Quem gosta de clássicos filmes de terror provavelmente gostará de "A Mulher de Preto", pois ele se aproxima muito ao estilo que consagrou a produtora Hammer Films na metade do século XX. Para quem conhece os filmes da produtora, que voltou a ativa em 2007 com novos lançamentos, sabem que os terrores góticos, com locações sombrias, mansões mal assombradas, cemitérios em jardins, brinquedos aterrorizantes e cadeiras de balanço que se movem sozinhas, são suas marcas registradas. E é isso que acaba nos agradando mais neste filme, a retomada desses valores clássicos, visto que o tema "fantasmas" já é um tanto quanto batido.

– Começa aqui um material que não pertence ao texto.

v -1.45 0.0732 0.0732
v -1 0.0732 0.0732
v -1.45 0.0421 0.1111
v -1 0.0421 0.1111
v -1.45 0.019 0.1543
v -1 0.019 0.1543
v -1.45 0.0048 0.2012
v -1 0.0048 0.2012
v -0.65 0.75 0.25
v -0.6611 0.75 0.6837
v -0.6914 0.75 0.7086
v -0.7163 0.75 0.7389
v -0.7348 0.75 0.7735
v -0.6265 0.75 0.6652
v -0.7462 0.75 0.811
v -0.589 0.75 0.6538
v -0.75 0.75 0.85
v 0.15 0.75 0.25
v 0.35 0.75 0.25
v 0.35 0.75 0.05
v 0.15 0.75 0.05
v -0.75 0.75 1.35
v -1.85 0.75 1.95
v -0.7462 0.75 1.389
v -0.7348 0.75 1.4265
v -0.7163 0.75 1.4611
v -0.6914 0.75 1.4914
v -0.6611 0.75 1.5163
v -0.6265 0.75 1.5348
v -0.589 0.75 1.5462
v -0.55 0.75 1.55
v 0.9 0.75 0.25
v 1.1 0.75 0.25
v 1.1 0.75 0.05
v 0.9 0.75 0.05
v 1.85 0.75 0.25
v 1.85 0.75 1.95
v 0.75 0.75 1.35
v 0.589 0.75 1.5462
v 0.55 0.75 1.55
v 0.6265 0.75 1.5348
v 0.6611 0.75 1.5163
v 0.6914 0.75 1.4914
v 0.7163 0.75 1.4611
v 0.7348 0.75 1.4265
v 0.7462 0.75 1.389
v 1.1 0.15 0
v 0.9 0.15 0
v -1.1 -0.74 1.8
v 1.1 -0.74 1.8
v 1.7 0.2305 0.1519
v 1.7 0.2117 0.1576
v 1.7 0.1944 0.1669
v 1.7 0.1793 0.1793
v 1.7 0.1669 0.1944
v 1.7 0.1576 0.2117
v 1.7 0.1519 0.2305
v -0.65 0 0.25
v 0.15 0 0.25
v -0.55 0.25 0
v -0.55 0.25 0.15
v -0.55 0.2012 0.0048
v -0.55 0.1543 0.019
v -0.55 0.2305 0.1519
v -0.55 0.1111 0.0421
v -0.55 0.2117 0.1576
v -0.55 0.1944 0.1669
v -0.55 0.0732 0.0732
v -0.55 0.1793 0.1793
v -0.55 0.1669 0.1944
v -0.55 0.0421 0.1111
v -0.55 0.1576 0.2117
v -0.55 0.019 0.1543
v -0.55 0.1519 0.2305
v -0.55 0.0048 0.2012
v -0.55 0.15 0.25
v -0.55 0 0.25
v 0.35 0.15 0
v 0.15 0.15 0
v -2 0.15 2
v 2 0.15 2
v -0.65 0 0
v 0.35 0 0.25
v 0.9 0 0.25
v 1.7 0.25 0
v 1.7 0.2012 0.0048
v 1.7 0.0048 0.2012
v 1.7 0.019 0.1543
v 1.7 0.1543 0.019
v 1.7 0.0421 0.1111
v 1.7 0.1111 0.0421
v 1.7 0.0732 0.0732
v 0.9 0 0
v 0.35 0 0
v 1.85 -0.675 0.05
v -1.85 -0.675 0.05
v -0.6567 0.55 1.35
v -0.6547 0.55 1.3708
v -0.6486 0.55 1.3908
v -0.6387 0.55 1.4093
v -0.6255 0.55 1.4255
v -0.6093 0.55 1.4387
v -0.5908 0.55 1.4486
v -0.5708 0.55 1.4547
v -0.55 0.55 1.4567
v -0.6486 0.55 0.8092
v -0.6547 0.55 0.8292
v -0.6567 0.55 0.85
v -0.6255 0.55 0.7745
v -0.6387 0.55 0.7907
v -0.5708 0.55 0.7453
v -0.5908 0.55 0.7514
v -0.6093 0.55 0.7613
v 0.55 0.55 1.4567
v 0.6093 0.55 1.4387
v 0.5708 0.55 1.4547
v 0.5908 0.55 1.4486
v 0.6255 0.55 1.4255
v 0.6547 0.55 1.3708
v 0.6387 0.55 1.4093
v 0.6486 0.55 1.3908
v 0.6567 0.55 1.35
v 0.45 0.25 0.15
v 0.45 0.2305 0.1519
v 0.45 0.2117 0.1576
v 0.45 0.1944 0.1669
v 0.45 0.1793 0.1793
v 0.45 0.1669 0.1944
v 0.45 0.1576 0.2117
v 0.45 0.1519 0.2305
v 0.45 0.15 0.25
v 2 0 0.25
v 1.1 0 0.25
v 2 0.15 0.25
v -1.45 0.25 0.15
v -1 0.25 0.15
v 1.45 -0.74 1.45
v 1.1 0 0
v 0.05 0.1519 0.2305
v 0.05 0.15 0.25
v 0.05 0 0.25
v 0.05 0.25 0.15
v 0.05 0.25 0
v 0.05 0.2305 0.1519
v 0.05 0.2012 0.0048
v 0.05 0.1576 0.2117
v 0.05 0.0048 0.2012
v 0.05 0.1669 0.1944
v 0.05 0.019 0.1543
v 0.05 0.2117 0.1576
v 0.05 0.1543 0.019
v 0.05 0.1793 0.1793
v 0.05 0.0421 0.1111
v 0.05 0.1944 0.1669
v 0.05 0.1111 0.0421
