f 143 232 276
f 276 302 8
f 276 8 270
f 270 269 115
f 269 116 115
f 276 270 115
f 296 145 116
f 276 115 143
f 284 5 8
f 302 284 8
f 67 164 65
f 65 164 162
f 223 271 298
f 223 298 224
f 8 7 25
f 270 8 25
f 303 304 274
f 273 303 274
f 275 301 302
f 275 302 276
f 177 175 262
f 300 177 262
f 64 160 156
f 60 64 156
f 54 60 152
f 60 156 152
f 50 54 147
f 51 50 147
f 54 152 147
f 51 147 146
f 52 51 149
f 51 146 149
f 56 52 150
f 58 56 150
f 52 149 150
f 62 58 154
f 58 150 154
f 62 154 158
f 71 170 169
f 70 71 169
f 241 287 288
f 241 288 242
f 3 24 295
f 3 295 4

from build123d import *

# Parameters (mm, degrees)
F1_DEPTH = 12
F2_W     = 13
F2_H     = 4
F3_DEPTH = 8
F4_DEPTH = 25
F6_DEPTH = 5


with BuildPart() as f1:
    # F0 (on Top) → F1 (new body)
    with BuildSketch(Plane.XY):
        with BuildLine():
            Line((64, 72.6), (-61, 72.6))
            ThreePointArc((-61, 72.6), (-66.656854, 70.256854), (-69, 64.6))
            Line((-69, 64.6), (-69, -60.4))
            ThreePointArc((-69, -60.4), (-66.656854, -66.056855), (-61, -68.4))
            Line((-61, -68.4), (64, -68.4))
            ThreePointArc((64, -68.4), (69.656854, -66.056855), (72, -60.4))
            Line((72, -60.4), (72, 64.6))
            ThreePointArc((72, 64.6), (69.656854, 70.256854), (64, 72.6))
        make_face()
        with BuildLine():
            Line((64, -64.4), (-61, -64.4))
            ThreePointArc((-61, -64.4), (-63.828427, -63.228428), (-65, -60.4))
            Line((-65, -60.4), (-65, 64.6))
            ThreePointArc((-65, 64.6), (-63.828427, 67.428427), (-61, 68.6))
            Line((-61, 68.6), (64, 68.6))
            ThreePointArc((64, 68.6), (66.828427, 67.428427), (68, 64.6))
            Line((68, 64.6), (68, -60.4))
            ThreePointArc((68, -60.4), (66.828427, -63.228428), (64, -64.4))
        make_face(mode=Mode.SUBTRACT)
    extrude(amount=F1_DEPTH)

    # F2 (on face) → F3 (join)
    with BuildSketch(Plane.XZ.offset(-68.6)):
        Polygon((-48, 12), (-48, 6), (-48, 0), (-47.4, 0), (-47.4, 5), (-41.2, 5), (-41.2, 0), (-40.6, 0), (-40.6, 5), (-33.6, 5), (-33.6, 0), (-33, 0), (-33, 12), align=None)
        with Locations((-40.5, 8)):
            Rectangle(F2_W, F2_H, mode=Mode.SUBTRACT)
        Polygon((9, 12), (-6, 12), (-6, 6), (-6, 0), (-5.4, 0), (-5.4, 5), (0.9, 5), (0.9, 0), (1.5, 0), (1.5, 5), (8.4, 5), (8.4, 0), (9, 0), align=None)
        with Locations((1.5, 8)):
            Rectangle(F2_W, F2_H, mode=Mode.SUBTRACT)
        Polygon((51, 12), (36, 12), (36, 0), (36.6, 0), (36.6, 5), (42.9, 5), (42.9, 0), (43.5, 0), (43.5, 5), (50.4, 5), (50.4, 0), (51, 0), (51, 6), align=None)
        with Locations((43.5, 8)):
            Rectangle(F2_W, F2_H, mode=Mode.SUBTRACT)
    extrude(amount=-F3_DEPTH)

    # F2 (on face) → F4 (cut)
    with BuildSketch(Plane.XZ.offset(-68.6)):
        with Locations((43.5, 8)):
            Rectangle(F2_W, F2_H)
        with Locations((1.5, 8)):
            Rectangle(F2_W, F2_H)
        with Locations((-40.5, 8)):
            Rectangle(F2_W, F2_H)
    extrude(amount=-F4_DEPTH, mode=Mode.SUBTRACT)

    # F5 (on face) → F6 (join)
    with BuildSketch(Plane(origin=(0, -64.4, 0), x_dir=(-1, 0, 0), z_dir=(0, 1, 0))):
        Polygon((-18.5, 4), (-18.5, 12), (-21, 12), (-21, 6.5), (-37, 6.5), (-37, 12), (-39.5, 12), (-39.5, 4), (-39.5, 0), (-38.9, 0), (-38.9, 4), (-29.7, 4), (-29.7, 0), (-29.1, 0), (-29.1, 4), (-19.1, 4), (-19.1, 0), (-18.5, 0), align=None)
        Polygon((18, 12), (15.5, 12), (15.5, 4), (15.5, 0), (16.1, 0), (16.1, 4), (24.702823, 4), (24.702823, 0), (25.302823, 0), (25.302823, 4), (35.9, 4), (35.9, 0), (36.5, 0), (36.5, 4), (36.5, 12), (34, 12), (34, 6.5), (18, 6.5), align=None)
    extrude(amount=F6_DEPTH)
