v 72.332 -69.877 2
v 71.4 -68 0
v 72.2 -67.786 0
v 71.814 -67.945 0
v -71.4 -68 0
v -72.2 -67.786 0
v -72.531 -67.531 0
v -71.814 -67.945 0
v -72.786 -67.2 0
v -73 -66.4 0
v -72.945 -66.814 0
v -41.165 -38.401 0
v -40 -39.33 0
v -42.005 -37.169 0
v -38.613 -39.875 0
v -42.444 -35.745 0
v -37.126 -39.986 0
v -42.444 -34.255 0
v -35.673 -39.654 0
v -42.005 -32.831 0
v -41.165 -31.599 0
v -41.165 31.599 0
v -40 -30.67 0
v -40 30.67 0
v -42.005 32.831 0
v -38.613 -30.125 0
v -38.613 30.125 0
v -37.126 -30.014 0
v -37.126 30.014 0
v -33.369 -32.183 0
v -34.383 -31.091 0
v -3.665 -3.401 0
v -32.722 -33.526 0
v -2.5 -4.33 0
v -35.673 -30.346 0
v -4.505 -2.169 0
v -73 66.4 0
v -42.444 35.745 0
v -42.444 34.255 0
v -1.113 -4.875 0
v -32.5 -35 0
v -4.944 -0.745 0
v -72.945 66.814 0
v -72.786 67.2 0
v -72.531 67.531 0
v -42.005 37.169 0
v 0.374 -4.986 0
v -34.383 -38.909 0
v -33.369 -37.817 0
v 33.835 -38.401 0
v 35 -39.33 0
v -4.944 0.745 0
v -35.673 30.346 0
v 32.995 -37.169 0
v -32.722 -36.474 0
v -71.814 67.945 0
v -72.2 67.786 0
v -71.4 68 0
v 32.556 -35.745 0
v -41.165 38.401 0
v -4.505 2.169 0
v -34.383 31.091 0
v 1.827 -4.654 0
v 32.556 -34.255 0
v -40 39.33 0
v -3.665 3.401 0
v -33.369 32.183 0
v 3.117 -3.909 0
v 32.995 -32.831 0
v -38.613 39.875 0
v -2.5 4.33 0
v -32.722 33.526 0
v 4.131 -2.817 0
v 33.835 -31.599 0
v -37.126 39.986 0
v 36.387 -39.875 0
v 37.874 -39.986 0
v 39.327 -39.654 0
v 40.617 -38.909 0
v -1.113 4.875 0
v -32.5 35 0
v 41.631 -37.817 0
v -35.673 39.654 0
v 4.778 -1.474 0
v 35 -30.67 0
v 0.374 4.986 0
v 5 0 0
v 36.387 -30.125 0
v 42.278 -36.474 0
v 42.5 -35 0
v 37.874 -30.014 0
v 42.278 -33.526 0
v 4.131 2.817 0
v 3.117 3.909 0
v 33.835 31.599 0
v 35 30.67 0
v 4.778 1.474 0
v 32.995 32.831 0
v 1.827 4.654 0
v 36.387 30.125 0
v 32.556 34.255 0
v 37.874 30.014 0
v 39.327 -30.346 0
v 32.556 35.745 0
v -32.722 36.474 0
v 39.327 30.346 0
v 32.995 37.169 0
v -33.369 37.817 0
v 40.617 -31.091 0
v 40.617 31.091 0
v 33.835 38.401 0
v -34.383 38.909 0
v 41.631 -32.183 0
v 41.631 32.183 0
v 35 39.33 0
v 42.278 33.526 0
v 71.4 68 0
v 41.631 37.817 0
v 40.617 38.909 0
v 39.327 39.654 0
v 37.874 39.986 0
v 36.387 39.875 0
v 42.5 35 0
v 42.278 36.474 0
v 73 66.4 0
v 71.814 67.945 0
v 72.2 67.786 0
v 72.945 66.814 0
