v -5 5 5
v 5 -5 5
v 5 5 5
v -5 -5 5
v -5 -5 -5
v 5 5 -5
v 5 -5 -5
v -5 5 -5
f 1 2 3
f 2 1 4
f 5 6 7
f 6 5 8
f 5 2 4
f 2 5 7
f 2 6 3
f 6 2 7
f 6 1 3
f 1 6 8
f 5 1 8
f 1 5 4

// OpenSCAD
// Generated Cube - Identical to Reference
cube([10, 10, 10], center=true);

Baseado no livro "Woman in Black", de Susan Hill, A Mulher de Preto conta a história do jovem advogado e pai viúvo, Arthur Kipps (Daniel Radcliffe), que foi designado a viajar até um vilarejo para regularizar a documentação de uma mansão abandonada. Chegando lá ele é recebido com certa hostilidade pelos moradores locais, exceto pelo esclarecido Sam (Ciarán Hinds) que acaba o ajudando. Tudo ocorre bem até que Kipps começa a ter uma série de visões terríveis que passam a perturbá-lo durante o seu trabalho, o que acaba o forçando a investigar esses acontecimentos, onde ele descobre uma terrível maldição do passado que tem como vítimas crianças inocentes.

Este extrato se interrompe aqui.